Он помолчал, давая ей шанс ответить. Но когда от неё не последовало никакого оправдания, лишь глубокий, тяжёлый вздох, это привлекло его внимание ещё больше.
— Я хотела бы, чтобы ты увидел, как сильно мне это жаль, папа, — наконец заговорила она, но не успела договорить, как Ямато перебил её, не выдержав.
— Ты? Жалеешь? Ты, кто, не задумываясь, уничтожала всё, что я построил? Ты ждёшь, что я сейчас поверю твоим словам? Я не дурак, Рен. Я не верю тебе, так же, как и не верил, когда ты была ребёнком и говорила мне, что не брала чужих вещей или что ты не та, за кого себя выдаёшь.
— Вот именно, — перебила она его. Её голос стал твёрдым, звучащим уже почти отстранённо, но в нём сквозило отчаяние. — Ты никогда мне не верил, отец. Даже в детстве, когда это было просто мелочью, ты смотрел на меня, как на чужую. Ты всегда во всём сомневался. Может, именно это сделало меня той, кем я стала?
На несколько секунд в трубке повисла тишина. Ямато не мог найти, что ответить. Возможно, она сказала это, чтобы ударить по его чувствам, возможно — нет. Но эти слова больно укололи его. Ему казалось, что он отдал своей семье всё, что мог, но если бы кто-то спросил его дочь, её ответ, видимо, оказался бы другим. Могла ли его холодность действительно породить в ней ту самую жестокость и безжалостность, что теперь стремилась разрушить всё, что ему было дорого?

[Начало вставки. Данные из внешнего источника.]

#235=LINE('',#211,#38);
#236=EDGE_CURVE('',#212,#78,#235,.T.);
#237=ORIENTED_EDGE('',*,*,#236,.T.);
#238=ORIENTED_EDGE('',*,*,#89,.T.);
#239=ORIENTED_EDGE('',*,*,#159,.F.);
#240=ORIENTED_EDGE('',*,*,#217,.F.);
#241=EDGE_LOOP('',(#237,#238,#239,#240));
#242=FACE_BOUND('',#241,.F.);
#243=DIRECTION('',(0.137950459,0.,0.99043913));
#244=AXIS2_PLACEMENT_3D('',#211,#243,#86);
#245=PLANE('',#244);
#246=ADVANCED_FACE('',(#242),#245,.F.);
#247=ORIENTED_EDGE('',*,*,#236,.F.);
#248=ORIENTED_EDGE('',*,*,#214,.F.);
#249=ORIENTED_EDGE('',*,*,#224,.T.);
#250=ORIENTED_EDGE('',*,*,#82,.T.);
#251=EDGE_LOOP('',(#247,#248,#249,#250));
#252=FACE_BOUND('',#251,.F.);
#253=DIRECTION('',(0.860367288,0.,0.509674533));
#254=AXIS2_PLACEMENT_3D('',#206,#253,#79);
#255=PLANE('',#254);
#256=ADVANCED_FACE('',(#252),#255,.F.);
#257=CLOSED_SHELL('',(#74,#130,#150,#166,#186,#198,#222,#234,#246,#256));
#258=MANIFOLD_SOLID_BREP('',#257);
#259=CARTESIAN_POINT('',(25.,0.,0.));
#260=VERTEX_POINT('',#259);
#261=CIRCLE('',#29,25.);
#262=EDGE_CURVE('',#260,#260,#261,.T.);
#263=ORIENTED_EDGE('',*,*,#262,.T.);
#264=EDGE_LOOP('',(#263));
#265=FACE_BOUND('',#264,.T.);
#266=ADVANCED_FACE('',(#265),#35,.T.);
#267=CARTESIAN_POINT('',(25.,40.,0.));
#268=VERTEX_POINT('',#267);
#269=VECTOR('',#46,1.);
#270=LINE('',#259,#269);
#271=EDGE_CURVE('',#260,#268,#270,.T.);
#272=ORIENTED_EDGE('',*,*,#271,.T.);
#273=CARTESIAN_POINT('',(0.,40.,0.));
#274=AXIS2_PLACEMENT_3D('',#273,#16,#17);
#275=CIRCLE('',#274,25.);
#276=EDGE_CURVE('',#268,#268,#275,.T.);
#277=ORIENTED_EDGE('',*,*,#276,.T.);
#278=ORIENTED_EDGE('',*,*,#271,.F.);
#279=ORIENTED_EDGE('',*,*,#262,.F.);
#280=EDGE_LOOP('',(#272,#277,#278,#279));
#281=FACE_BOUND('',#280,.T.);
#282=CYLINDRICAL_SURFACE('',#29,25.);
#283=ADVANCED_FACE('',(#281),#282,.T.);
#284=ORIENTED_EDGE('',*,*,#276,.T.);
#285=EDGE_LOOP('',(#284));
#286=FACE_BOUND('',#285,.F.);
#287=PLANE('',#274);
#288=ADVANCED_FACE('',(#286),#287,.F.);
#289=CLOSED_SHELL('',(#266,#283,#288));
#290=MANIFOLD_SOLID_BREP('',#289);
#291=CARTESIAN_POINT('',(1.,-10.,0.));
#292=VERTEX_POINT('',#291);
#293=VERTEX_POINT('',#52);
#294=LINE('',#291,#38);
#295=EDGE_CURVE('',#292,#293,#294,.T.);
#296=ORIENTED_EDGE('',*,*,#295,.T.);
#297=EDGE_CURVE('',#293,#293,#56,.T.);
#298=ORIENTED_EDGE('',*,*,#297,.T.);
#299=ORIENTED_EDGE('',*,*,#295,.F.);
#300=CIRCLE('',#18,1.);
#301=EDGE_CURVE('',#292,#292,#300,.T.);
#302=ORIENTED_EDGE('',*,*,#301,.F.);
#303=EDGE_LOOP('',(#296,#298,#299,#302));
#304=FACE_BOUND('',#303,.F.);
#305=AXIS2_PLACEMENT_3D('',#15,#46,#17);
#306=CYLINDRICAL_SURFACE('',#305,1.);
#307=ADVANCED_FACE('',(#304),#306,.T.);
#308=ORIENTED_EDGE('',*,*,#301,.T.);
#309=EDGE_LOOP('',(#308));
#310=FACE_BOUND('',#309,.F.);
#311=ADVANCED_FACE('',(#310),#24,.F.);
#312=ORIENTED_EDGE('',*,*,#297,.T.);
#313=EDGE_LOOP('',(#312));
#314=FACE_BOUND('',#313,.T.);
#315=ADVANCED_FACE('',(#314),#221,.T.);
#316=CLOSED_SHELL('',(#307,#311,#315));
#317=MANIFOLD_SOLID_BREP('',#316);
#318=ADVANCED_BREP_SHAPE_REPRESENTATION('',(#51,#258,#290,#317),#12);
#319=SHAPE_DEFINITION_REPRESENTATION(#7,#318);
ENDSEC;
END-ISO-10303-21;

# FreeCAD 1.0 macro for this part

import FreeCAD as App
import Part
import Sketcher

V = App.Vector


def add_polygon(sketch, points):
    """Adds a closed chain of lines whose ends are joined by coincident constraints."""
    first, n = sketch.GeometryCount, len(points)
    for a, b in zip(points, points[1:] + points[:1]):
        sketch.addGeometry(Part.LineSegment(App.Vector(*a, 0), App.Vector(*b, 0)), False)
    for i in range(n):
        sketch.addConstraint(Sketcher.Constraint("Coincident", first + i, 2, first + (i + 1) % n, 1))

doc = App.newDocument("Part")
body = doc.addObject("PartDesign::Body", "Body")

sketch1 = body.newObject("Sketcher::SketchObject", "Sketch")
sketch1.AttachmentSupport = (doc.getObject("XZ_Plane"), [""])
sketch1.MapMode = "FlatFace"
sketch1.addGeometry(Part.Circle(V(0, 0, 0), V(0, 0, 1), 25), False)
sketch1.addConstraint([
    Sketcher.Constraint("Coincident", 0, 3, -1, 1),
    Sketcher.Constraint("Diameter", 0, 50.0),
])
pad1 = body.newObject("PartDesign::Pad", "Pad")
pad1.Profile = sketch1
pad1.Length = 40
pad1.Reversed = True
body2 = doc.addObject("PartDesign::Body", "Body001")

— Так вот что ты думаешь? Решила обвинить меня в своих делах? Решила, что это я сломал тебя? — прошептал он.
— Я не оправдываю себя, если ты об этом. Просто, возможно, тебе стоит увидеть это с другой стороны. Ты так и не смог стать для меня настоящим отцом, и я, возможно, никогда не была для тебя дочерью. Может, именно это и привело нас сюда.
Его пальцы крепко сжали трубку, и он опустил взгляд, не замечая ничего перед собой. Эта откровенность ошеломила его. Но, в то же время, он чувствовал, как поднимается что-то, что он старательно загонял внутрь, — гнев, отчаяние, старое, глухое чувство вины, которое давно лежало на дне души, будто забытое воспоминание.